Organizations and individuals in regulated industries (healthcare, finance, legal, government) face significant barriers when evaluating AI models:

Data Sensitivity: Sending proprietary or sensitive data to cloud-based comparison platforms (ChatGPT Arena, LMSys) violates privacy policies and compliance requirements (GDPR, HIPAA, SOX)
API Key Risk: Cloud tools require API keys, creating security exposure and audit complexity
No Control Over Data: Once data leaves local systems, there's no guarantee of deletion, non-training use, or compliance with data residency laws
Vendor Lock-in: Cloud platforms control access, pricing, and model availability

Limitations of Cloud-Based Comparison Tools

Existing solutions like ChatGPT Arena and LMSys are excellent for public benchmarking, but fail for:

Private datasets: Cannot evaluate models on proprietary or confidential information
Offline environments: Require internet connectivity and external dependencies
Reproducibility: No control over model versions, parameters, or state persistence
Cost: API usage fees accumulate quickly during evaluation campaigns
Auditability: No local logs or exportable artifacts for compliance reporting

Ollama Arena solves this by bringing multi-model evaluation entirely to your local machine, with zero external API calls and complete data sovereignty.

✨ Features

1. Side-by-Side Comparison

Benchmark multiple models at once. Witness real-time generation and compare how different architectures handle the same prompt across independent context windows.

2. Multi-Model Blind Testing

Eliminate brand bias. In Blind Mode, model names are hidden, allowing you to vote for the best response based purely on the quality and accuracy of the output—essential for objective model evaluation.

3. Audit-Ready History & Export

Every session is documented. Export your chat history and model performance metrics into structured JSON files for internal audits, compliance reporting, or further RAG analysis.

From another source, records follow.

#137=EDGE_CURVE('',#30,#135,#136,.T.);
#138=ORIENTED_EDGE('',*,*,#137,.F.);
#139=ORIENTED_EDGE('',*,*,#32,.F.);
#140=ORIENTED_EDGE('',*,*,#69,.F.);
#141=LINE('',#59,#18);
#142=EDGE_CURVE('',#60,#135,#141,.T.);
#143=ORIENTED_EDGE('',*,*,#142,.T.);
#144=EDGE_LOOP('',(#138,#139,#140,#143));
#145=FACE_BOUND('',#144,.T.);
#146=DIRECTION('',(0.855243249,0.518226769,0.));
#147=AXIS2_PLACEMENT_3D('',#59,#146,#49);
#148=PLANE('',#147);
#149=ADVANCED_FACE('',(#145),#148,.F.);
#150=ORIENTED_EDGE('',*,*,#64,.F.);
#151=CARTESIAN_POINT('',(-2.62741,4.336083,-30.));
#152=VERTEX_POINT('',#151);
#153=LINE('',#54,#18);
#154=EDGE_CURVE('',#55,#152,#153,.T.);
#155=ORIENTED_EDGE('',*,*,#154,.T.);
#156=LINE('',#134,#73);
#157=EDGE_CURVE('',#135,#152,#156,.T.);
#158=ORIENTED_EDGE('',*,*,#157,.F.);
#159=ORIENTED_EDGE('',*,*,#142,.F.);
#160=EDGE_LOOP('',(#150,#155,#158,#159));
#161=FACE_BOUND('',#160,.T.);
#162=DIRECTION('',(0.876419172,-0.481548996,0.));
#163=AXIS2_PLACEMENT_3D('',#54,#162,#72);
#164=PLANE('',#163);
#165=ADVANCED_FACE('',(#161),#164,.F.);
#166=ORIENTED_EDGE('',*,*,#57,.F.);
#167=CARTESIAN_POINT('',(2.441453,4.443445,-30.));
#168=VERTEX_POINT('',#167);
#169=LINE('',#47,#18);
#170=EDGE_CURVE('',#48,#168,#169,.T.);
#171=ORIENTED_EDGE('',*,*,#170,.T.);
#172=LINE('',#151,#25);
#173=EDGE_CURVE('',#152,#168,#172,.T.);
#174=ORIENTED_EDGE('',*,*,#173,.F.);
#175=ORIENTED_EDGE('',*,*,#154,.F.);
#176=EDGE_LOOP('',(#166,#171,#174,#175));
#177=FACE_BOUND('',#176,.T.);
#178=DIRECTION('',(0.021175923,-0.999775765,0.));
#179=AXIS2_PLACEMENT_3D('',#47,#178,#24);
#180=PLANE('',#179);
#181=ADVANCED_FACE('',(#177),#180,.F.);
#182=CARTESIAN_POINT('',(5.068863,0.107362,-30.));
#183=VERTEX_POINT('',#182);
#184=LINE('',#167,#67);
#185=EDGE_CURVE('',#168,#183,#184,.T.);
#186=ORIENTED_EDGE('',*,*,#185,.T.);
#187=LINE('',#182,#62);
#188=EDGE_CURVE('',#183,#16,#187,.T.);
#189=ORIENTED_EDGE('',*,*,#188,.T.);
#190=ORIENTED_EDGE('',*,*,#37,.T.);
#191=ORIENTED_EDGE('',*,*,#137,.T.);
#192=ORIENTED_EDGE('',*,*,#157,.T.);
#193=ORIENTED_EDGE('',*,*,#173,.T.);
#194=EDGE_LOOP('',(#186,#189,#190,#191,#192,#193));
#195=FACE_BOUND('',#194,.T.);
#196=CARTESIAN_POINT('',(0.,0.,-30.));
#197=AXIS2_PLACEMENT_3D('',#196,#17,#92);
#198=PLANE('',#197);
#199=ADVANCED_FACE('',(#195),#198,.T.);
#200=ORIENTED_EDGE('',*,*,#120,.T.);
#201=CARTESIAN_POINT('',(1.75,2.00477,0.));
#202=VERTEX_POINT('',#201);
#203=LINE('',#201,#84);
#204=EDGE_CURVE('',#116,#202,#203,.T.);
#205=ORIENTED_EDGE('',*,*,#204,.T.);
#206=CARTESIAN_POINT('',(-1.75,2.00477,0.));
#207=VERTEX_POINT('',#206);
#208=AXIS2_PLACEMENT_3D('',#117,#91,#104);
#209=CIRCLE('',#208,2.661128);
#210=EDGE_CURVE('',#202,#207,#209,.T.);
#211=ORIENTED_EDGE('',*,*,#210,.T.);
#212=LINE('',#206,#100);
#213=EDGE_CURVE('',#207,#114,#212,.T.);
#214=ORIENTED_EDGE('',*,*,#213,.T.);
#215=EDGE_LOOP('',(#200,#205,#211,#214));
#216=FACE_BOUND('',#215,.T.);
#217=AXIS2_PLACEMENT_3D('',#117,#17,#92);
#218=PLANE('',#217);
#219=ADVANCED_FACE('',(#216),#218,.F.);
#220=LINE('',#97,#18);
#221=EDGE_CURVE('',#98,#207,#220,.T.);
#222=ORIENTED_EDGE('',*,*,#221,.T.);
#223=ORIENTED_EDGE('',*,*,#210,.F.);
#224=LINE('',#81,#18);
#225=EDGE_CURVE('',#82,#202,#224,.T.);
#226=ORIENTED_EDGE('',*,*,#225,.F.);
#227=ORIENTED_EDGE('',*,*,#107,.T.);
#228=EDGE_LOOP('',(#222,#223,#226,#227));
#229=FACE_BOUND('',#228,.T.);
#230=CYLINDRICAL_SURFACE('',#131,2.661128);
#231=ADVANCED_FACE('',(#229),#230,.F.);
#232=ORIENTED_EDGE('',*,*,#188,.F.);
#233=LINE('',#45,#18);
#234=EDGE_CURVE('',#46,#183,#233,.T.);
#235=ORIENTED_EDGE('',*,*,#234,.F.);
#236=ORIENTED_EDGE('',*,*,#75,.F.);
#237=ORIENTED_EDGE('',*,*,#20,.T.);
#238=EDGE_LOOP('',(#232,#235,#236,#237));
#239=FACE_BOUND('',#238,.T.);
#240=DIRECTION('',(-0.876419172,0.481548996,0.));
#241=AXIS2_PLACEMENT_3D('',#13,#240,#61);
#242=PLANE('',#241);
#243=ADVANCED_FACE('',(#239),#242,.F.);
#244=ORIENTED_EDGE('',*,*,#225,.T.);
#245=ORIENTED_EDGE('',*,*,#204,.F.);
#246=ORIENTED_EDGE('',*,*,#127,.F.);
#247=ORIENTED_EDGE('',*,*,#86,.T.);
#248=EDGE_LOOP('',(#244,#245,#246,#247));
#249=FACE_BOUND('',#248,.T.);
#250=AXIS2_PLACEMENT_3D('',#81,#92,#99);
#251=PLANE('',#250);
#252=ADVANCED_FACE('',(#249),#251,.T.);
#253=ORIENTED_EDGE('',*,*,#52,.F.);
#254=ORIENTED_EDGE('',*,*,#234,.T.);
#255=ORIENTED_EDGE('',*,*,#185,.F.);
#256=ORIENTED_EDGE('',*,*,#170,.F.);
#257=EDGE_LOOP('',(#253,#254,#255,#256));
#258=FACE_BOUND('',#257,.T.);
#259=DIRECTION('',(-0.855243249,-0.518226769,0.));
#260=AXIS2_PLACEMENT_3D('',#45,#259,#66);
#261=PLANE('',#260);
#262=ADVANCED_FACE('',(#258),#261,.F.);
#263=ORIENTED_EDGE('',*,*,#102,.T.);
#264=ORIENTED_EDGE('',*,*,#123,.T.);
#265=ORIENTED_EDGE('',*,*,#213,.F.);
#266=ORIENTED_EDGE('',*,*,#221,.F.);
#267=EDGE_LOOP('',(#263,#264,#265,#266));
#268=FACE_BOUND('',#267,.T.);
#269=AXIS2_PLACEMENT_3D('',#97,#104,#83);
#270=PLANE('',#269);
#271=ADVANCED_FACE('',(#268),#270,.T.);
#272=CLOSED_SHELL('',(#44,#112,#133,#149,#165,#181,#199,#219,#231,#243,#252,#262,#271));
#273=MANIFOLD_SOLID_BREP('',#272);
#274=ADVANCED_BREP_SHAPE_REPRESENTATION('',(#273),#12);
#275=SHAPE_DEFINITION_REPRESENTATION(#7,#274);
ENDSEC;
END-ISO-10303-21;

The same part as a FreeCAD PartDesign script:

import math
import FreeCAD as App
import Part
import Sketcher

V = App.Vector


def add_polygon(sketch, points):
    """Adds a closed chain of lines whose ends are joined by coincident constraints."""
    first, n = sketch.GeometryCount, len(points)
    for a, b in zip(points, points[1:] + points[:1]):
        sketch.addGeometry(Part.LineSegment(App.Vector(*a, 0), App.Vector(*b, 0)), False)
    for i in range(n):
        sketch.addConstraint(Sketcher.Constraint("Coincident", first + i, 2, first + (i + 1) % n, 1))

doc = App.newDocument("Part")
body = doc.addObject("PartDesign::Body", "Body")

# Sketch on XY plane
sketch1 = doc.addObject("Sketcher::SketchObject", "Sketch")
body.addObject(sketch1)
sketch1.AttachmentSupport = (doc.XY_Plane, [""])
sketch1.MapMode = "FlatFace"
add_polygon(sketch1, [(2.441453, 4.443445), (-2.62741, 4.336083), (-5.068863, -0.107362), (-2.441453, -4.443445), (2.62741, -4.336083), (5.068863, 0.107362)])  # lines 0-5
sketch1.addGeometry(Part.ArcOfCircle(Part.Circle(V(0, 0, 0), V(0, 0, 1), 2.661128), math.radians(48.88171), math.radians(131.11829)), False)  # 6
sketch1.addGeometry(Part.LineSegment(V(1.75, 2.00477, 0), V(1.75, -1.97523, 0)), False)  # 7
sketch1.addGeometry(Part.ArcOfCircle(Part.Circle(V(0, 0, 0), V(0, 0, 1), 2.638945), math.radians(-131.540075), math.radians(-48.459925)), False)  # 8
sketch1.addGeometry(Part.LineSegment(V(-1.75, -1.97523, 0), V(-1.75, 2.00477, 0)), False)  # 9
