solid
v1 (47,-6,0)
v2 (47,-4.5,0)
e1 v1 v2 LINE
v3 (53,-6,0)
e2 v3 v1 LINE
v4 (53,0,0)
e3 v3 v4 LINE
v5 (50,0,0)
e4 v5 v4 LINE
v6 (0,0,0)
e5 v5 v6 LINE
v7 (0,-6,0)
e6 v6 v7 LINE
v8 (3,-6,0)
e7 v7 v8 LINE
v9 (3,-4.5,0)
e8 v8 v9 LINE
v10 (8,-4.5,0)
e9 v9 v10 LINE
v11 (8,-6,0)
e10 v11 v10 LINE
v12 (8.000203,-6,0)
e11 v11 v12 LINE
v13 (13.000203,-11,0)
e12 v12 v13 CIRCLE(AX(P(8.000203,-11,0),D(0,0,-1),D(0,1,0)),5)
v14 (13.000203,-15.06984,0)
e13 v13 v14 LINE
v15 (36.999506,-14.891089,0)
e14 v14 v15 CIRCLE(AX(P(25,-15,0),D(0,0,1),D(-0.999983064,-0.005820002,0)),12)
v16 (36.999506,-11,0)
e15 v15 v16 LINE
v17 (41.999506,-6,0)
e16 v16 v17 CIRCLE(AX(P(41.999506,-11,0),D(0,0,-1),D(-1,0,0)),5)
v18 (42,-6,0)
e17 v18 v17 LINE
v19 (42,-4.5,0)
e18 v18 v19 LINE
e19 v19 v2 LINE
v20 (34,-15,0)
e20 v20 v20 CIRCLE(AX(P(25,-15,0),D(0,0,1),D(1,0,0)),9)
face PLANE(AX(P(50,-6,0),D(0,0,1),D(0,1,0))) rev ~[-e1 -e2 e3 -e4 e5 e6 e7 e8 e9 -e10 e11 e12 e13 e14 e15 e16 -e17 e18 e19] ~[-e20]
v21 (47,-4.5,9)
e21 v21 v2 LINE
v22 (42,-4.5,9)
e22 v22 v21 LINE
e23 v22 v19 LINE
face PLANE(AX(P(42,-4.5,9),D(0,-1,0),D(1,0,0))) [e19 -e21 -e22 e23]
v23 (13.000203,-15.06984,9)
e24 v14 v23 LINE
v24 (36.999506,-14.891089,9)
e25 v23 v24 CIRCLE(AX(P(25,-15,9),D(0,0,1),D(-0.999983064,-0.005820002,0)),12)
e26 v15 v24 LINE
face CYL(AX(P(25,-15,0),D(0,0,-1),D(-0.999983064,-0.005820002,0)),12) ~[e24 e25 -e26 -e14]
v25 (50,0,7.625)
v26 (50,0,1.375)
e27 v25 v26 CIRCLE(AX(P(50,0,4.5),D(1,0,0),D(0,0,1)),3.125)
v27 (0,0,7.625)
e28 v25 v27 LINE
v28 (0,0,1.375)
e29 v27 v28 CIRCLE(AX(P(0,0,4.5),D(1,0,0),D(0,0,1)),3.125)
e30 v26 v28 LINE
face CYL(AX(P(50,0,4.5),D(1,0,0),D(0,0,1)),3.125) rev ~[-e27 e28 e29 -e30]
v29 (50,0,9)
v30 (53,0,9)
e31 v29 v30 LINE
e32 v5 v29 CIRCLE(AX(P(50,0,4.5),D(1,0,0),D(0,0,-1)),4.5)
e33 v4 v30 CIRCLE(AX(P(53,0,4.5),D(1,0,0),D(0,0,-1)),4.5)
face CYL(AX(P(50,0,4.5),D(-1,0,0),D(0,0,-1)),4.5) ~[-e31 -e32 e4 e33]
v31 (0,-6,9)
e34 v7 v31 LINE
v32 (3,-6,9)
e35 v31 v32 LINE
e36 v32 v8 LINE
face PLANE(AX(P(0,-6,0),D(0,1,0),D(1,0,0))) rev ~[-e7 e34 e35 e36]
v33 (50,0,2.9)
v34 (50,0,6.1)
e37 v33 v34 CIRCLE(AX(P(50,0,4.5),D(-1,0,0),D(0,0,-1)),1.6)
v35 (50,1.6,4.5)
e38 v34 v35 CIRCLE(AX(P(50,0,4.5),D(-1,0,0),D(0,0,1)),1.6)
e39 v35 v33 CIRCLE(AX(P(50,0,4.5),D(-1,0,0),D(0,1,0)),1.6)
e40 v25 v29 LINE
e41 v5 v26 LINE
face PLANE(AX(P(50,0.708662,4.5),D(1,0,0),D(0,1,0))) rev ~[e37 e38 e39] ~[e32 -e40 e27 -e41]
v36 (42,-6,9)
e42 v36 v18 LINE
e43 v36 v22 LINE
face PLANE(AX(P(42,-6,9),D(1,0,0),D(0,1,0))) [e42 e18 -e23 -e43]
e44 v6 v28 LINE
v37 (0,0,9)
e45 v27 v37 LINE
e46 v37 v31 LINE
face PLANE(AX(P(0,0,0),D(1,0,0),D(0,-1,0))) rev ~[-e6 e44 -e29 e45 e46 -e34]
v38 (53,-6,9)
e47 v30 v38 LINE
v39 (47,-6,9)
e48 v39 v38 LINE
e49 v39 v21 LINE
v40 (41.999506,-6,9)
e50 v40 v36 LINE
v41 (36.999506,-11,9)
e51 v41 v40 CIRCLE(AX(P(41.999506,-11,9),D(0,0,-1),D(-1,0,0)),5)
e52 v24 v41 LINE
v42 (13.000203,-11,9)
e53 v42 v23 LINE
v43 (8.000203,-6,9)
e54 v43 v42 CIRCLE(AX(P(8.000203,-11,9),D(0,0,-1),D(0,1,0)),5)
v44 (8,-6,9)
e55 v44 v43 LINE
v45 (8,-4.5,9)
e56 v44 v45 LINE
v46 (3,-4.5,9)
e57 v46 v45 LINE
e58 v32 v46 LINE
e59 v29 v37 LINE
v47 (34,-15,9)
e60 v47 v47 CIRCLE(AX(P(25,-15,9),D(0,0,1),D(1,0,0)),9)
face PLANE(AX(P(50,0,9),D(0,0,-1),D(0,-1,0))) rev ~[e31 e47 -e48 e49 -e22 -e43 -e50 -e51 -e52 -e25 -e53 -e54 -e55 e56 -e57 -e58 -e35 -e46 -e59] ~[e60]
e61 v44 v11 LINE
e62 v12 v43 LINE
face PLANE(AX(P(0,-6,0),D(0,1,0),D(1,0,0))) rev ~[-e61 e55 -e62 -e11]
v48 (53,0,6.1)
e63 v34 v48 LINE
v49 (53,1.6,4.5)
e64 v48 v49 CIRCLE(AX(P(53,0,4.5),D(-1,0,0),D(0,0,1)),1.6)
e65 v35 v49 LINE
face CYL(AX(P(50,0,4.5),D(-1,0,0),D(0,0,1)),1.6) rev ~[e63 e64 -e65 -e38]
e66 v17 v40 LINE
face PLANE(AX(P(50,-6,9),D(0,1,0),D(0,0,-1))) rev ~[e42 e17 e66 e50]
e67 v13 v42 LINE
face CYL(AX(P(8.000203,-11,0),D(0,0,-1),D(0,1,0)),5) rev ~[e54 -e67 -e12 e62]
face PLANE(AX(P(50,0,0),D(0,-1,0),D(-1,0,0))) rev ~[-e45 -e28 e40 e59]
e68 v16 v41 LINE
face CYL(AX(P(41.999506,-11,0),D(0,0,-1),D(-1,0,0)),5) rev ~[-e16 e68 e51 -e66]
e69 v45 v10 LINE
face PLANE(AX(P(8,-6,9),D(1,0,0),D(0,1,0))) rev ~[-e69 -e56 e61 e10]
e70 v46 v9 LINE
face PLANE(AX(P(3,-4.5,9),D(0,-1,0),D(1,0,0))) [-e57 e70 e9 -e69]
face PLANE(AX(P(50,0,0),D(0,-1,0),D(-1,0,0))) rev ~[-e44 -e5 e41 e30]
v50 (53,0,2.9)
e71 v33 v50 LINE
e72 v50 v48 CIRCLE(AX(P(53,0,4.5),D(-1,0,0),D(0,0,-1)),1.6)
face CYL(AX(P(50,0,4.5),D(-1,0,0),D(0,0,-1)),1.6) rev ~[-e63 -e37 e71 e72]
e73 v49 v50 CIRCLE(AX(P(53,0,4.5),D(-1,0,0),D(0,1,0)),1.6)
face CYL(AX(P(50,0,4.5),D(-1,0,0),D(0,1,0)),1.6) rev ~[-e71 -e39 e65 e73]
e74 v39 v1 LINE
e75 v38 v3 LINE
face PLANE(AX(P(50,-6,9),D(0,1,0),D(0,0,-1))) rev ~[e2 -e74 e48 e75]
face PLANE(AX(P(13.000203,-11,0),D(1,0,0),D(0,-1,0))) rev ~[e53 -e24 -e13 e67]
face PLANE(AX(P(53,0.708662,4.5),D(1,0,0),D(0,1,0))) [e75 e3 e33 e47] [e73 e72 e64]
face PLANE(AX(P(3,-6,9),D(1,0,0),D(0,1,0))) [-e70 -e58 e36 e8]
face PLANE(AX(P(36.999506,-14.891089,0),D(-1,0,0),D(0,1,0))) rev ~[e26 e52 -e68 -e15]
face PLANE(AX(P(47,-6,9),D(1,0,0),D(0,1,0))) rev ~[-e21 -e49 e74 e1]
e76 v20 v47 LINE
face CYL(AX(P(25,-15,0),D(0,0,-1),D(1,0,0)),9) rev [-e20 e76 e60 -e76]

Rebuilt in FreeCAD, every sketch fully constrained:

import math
import FreeCAD as App
import Part
import Sketcher

V = App.Vector
Q = App.Units.Quantity

doc = App.newDocument("Part")
body = doc.addObject("PartDesign::Body", "Body")

# Sketch on XY plane
sketch1 = doc.addObject("Sketcher::SketchObject", "Sketch")
body.addObject(sketch1)
sketch1.AttachmentSupport = (doc.XY_Plane, [""])
sketch1.MapMode = "FlatFace"
sketch1.addGeometry(Part.LineSegment(V(50, 0, 0), V(0, 0, 0)), False)
sketch1.addGeometry(Part.LineSegment(V(0, 0, 0), V(0, -6, 0)), False)
sketch1.addGeometry(Part.LineSegment(V(0, -6, 0), V(8, -6, 0)), False)
sketch1.addGeometry(Part.ArcOfCircle(Part.Circle(V(8, -11, 0), V(0, 0, 1), 5), math.radians(0), math.radians(90)), False)
sketch1.addGeometry(Part.LineSegment(V(13, -11, 0), V(13, -15.1, 0)), False)
sketch1.addGeometry(Part.ArcOfCircle(Part.Circle(V(25, -15, 0), V(0, 0, 1), 12), math.radians(-180), math.radians(1)), False)
sketch1.addGeometry(Part.LineSegment(V(37, -14.9, 0), V(37, -11, 0)), False)
sketch1.addGeometry(Part.ArcOfCircle(Part.Circle(V(42, -11, 0), V(0, 0, 1), 5), math.radians(90), math.radians(180)), False)
sketch1.addGeometry(Part.LineSegment(V(42, -6, 0), V(50, -6, 0)), False)
sketch1.addGeometry(Part.LineSegment(V(50, -6, 0), V(50, 0, 0)), False)
sketch1.addGeometry(Part.Circle(V(25, -15, 0), V(0, 0, 1), 9), False)
sketch1.addConstraint(Sketcher.Constraint("Coincident", 0, 2, 1, 1))
sketch1.addConstraint(Sketcher.Constraint("Coincident", 1, 2, 2, 1))
sketch1.addConstraint(Sketcher.Constraint("Tangent", 2, 2, 3, 2))
sketch1.addConstraint(Sketcher.Constraint("Tangent", 3, 1, 4, 1))
sketch1.addConstraint(Sketcher.Constraint("Coincident", 4, 2, 5, 1))
sketch1.addConstraint(Sketcher.Constraint("Coincident", 5, 2, 6, 1))
sketch1.addConstraint(Sketcher.Constraint("Tangent", 6, 2, 7, 2))
sketch1.addConstraint(Sketcher.Constraint("Tangent", 7, 1, 8, 1))
sketch1.addConstraint(Sketcher.Constraint("Coincident", 8, 2, 9, 1))
sketch1.addConstraint(Sketcher.Constraint("Coincident", 9, 2, 0, 1))
sketch1.addConstraint(Sketcher.Constraint("Horizontal", 0))
sketch1.addConstraint(Sketcher.Constraint("Vertical", 1))
sketch1.addConstraint(Sketcher.Constraint("Horizontal", 2))
sketch1.addConstraint(Sketcher.Constraint("Vertical", 4))
sketch1.addConstraint(Sketcher.Constraint("Vertical", 6))
sketch1.addConstraint(Sketcher.Constraint("Horizontal", 8))
sketch1.addConstraint(Sketcher.Constraint("Vertical", 9))
sketch1.addConstraint(Sketcher.Constraint("Coincident", 0, 2, -1, 1))
sketch1.addConstraint(Sketcher.Constraint("Coincident", 10, 3, 5, 3))
sketch1.addConstraint(Sketcher.Constraint("Equal", 3, 7))
sketch1.addConstraint(Sketcher.Constraint("Horizontal", 3, 3, 7, 3))
sketch1.addConstraint(Sketcher.Constraint("Diameter", 10, Q("18 mm")))
sketch1.addConstraint(Sketcher.Constraint("Radius", 3, Q("5 mm")))
sketch1.addConstraint(Sketcher.Constraint("Radius", 5, Q("12 mm")))
sketch1.addConstraint(Sketcher.Constraint("DistanceX", 0, 2, 0, 1, Q("50 mm")))
sketch1.addConstraint(Sketcher.Constraint("DistanceY", 1, 2, 1, 1, Q("6 mm")))
sketch1.addConstraint(Sketcher.Constraint("DistanceX", -1, 1, 5, 3, Q("25 mm")))
sketch1.addConstraint(Sketcher.Constraint("DistanceY", 5, 3, -1, 1, Q("15 mm")))
sketch1.addConstraint(Sketcher.Constraint("DistanceY", 4, 2, 4, 1, Q("4.06984 mm")))
sketch1.addConstraint(Sketcher.Constraint("DistanceY", 6, 1, 6, 2, Q("3.891089 mm")))
pad1 = doc.addObject("PartDesign::Pad", "Pad")
body.addObject(pad1)
pad1.Profile = sketch1
pad1.Length = 9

4. Audit-Ready History & Export

Every session is documented. Export your chat history and model performance metrics into structured JSON files for internal audits or compliance reporting.

🏗️ System Overview

Local-First Architecture

Ollama Arena is a 100% local, zero-cloud Flask web application that orchestrates multiple AI models through Ollama:

No API Keys Required: All models run locally via Ollama's inference engine
No Internet Dependency: Works completely offline (after initial model downloads)
Full Data Control: Conversations never leave your machine
Browser-Based UI: Modern, responsive interface accessible at http://127.0.0.1:7860

Multi-Model Orchestration with Advanced Configuration

Arena Mode: Send identical prompts to 2-6 models simultaneously for blind comparison
Blind Evaluation: Hide model identities to eliminate bias (Model A, B, C labels)
Per-Model Hyperparameters: Configure 6 parameters independently per model instance
- temperature, top_p, top_k, repeat_penalty, num_predict, seed
Multi-Configuration Testing: Compare same model with different parameter sets
Single Model Mode: Interactive chat with one model at a time
Dynamic Model Switching: Start in arena mode, continue conversations with individual models
Real-Time Streaming: See responses as they're generated, character by character

Persistent State and Exportable Artifacts

Conversation Export: Download full chat histories as JSON with timestamps and metadata
Blind Mode Export: Privacy-preserving exports with masked model names until revealed
Session Persistence: Conversations survive browser refreshes (in-memory state)
Model Metadata Tracking: Records model names, hyperparameters, response times, and token counts
Voting System: Like/dislike responses in blind mode for unbiased evaluation
Audit Trail: Complete logs available in logger.py output for compliance verification

✨ Key Features (v3.0.0)

🎭 Blind Evaluation Mode

Eliminate bias in model comparison by hiding model identities during evaluation.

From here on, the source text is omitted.